Lines holding the string "edges" are the ones to copy; find them all in the data.
** Opening THE INPUT block **
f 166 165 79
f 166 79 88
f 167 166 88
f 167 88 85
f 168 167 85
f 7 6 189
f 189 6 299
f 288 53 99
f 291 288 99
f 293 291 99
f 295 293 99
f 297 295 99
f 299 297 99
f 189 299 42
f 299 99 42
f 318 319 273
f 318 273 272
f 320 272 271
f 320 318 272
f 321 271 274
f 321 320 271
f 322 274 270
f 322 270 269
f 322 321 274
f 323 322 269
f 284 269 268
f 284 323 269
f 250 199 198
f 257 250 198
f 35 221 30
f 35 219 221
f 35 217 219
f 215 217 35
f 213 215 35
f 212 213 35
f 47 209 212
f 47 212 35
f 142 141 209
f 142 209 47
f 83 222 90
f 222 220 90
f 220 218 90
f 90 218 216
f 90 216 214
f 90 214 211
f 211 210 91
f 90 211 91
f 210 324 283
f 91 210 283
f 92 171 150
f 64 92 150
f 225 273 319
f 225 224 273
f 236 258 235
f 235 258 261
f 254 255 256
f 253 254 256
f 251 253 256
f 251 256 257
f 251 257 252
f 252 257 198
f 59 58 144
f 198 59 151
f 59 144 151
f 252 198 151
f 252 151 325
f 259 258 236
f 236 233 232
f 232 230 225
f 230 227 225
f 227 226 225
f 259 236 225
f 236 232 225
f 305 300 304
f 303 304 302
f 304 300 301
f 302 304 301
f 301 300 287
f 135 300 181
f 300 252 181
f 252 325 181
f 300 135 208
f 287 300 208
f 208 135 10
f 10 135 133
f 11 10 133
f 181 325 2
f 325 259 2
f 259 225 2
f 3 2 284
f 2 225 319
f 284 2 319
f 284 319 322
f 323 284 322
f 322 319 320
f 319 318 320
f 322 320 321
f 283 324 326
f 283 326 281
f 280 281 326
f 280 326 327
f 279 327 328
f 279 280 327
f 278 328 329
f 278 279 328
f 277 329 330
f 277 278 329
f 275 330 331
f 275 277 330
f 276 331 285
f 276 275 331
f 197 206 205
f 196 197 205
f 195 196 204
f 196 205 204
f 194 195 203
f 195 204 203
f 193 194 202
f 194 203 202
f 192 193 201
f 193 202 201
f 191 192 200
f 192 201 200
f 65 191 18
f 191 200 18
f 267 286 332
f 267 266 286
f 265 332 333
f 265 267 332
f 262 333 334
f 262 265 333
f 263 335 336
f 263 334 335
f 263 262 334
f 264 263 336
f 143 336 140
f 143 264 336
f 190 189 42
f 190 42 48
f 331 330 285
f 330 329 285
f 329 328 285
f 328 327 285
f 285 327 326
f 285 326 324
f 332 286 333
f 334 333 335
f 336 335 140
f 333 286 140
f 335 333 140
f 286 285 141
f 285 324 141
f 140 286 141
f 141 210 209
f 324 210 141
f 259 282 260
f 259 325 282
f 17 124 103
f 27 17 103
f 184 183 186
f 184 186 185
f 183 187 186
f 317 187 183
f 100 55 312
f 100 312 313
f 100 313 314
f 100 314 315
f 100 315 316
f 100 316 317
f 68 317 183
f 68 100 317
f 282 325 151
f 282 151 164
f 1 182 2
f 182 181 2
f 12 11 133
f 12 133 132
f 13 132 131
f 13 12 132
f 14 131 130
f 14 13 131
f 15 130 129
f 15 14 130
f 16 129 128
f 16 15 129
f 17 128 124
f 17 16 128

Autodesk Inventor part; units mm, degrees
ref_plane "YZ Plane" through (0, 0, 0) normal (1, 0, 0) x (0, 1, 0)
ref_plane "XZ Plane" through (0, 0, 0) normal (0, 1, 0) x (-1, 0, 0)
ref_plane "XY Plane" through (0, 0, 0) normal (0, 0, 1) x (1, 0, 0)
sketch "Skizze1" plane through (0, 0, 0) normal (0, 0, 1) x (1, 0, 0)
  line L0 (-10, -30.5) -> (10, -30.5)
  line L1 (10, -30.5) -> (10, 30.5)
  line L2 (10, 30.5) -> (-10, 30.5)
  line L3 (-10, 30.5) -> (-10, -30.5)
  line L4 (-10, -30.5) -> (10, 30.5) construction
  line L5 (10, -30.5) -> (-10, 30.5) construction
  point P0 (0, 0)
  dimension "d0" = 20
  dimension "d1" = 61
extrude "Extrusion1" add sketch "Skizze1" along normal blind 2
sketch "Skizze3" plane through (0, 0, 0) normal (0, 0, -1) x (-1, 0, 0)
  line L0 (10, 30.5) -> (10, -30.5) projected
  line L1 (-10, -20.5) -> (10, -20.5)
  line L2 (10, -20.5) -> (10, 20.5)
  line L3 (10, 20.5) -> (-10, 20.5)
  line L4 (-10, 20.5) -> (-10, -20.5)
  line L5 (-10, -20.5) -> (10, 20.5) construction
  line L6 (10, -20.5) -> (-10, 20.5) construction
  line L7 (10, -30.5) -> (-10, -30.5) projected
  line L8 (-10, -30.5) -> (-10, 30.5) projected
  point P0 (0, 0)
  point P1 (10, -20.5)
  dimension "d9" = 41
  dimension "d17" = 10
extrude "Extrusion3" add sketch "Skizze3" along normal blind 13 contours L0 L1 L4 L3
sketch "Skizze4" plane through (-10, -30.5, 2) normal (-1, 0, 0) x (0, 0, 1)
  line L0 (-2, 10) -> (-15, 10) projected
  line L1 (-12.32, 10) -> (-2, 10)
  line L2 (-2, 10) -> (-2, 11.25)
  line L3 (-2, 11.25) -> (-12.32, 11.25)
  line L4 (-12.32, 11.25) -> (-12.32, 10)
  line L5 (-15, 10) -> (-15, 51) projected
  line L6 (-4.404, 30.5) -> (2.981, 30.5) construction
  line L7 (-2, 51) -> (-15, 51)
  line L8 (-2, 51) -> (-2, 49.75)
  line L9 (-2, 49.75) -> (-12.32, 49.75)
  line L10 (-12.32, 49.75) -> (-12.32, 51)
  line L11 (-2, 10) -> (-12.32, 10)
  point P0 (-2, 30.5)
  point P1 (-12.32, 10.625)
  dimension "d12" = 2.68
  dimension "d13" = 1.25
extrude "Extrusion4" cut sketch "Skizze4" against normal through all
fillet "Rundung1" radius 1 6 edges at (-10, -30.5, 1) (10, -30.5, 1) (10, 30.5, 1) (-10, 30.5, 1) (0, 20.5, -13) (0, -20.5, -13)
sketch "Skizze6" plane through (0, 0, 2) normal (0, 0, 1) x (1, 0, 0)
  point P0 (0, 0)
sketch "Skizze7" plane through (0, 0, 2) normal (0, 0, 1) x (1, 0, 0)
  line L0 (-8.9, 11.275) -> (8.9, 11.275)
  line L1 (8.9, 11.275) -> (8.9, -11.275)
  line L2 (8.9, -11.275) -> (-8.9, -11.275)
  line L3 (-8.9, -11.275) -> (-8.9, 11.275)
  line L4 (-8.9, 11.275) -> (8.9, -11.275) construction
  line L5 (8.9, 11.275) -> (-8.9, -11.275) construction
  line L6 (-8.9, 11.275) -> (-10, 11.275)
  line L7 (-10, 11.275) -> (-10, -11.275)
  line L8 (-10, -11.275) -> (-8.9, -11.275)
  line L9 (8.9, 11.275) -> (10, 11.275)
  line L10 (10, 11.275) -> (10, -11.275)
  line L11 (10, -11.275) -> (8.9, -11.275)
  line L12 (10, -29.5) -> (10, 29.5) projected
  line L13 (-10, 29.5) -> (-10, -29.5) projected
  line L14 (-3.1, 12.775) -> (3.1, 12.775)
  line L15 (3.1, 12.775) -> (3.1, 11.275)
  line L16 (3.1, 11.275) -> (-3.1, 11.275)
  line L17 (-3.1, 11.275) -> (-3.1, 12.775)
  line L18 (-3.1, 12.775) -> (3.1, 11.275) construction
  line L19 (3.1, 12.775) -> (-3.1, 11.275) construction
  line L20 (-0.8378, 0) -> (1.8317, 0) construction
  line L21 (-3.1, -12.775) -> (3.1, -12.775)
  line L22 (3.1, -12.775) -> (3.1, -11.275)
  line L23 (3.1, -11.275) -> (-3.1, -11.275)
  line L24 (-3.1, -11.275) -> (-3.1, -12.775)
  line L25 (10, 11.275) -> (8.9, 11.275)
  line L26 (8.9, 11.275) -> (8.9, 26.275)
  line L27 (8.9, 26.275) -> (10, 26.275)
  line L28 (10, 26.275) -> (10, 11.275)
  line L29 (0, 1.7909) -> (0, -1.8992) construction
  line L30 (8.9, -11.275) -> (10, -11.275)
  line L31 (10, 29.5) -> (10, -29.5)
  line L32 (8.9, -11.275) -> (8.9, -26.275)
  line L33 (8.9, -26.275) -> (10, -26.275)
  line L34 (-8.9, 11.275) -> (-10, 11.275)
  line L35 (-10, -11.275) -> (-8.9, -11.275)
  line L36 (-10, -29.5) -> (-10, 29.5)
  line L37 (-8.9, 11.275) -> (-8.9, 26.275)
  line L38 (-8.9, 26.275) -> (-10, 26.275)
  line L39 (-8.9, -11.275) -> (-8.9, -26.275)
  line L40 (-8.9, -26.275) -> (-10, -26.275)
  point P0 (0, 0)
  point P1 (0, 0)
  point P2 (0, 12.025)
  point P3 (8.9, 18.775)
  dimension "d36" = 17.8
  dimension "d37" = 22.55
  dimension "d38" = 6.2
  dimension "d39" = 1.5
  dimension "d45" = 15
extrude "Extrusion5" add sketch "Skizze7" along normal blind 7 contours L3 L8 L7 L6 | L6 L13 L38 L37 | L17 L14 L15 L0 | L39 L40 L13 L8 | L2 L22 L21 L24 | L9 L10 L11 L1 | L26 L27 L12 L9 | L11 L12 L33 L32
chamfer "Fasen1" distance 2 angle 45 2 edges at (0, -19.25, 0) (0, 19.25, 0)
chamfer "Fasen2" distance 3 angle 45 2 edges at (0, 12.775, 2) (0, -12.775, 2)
** Closing THE INPUT block **
** Opening THE INPUT block **
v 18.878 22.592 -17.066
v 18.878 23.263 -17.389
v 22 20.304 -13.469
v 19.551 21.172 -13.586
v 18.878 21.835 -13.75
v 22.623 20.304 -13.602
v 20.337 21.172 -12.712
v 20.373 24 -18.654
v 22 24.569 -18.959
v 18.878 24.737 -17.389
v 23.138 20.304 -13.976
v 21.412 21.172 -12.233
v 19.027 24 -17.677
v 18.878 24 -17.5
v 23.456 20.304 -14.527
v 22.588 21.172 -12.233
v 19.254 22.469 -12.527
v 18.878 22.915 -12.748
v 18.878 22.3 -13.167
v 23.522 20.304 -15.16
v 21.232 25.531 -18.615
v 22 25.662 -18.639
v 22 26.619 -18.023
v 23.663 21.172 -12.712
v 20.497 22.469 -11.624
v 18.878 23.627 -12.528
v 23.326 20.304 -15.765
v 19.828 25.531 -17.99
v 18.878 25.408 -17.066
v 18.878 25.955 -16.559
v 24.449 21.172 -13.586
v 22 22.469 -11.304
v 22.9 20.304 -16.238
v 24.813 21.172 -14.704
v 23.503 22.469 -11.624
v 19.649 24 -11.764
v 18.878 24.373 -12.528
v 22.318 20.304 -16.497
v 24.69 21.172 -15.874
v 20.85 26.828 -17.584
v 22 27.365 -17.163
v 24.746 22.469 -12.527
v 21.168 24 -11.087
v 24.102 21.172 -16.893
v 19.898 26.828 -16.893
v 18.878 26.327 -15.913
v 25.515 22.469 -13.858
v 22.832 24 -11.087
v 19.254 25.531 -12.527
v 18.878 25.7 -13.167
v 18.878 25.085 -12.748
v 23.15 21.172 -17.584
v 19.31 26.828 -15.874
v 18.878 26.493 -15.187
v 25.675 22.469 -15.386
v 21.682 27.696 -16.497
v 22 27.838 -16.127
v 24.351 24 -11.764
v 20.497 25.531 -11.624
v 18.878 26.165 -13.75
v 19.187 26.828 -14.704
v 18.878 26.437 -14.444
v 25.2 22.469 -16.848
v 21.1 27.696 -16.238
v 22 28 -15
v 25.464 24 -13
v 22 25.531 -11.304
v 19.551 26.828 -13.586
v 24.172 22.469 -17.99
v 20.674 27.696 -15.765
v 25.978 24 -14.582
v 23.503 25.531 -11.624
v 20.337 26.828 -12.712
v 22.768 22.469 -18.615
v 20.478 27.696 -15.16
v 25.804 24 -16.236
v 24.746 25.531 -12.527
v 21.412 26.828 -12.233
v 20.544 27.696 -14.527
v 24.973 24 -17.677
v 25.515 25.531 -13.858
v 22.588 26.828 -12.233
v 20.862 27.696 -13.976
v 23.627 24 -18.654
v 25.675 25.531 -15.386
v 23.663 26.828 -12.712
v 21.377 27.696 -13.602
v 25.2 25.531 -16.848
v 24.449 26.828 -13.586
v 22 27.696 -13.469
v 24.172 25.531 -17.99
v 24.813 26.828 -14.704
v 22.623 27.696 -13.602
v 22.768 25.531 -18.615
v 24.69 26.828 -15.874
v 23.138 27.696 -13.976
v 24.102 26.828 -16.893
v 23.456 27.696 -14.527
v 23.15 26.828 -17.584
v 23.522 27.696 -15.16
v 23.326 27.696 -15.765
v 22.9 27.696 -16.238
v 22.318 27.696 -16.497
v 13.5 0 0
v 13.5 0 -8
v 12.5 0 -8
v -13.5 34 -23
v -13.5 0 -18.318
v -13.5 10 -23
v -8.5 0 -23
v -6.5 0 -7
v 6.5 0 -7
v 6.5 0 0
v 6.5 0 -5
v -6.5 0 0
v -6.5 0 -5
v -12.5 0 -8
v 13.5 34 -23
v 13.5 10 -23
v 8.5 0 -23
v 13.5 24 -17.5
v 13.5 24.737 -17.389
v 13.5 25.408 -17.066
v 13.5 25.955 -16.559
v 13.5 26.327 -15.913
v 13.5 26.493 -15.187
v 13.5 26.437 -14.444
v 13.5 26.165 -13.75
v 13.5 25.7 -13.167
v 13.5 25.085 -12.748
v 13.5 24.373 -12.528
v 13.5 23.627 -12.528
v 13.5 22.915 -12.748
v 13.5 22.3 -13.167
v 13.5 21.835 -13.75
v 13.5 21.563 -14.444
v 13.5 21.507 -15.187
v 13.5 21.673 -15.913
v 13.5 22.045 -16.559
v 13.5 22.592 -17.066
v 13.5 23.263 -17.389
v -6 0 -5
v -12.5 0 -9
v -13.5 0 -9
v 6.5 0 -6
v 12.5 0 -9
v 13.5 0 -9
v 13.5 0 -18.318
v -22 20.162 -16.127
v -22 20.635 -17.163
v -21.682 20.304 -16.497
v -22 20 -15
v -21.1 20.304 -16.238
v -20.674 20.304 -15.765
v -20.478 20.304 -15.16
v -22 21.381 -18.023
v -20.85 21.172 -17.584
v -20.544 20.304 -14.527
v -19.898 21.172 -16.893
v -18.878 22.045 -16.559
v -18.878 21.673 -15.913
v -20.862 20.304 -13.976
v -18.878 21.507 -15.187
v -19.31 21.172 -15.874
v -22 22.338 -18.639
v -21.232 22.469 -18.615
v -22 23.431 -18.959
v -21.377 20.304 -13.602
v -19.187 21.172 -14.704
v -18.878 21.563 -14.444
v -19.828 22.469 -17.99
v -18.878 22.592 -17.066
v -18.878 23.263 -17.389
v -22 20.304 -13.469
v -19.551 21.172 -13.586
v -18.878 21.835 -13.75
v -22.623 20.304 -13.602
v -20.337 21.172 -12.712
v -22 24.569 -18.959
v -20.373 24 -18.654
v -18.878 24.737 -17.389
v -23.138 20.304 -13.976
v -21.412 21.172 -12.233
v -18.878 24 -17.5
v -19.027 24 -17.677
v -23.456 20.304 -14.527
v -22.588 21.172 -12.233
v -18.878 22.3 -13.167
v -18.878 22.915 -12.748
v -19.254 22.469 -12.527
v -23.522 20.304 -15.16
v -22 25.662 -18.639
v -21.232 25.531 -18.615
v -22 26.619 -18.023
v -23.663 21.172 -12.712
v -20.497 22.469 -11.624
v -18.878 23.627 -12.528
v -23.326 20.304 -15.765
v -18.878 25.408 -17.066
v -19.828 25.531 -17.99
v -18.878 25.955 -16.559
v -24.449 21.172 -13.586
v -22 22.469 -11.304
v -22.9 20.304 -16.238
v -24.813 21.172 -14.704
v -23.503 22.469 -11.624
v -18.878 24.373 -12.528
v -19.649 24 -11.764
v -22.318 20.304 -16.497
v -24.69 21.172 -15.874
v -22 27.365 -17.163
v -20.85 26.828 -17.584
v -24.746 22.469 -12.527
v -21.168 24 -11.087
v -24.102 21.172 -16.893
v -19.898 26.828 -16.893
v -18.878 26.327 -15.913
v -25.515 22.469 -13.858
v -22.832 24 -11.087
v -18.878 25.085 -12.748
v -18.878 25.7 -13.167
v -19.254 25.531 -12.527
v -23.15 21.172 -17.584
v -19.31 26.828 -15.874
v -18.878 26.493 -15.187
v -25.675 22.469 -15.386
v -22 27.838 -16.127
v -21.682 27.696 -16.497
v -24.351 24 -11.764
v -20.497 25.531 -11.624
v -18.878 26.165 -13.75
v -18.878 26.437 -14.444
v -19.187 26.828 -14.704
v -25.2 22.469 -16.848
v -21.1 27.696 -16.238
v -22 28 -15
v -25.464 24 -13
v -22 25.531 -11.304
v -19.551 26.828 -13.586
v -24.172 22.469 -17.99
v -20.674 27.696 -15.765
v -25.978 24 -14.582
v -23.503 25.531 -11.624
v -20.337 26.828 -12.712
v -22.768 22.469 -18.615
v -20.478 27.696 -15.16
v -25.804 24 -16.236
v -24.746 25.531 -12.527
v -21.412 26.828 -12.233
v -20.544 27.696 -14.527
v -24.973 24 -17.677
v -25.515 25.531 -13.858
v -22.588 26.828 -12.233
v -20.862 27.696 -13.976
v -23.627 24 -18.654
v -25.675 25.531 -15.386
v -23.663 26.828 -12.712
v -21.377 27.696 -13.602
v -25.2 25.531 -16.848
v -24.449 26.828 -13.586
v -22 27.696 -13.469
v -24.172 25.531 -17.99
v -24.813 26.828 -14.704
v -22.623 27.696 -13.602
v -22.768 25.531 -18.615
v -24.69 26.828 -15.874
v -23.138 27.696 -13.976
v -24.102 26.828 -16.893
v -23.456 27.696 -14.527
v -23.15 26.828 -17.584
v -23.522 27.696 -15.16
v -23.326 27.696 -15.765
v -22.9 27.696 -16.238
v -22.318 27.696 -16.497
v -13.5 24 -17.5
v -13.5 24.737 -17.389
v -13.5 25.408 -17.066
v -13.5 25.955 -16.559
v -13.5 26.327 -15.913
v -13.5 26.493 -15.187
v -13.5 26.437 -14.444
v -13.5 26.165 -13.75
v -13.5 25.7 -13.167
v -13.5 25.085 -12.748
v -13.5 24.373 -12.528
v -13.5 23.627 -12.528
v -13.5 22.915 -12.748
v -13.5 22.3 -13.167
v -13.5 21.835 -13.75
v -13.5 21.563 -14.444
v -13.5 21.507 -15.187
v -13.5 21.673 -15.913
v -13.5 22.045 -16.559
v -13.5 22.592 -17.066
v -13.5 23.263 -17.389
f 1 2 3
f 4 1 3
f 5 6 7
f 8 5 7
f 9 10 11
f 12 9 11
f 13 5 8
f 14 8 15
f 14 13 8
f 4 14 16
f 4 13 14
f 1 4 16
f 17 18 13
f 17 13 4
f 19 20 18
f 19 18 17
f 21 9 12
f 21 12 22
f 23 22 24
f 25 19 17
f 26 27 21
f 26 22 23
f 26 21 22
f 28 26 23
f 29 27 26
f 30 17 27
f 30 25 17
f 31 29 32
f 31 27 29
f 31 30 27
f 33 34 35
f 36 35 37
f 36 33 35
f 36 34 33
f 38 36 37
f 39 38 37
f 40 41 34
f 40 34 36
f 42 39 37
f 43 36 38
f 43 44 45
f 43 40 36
** Closing THE INPUT block **
* TASK RESULT:
fillet "Rundung1" radius 1 6 edges at (-10, -30.5, 1) (10, -30.5, 1) (10, 30.5, 1) (-10, 30.5, 1) (0, 20.5, -13) (0, -20.5, -13)
chamfer "Fasen1" distance 2 angle 45 2 edges at (0, -19.25, 0) (0, 19.25, 0)
chamfer "Fasen2" distance 3 angle 45 2 edges at (0, 12.775, 2) (0, -12.775, 2)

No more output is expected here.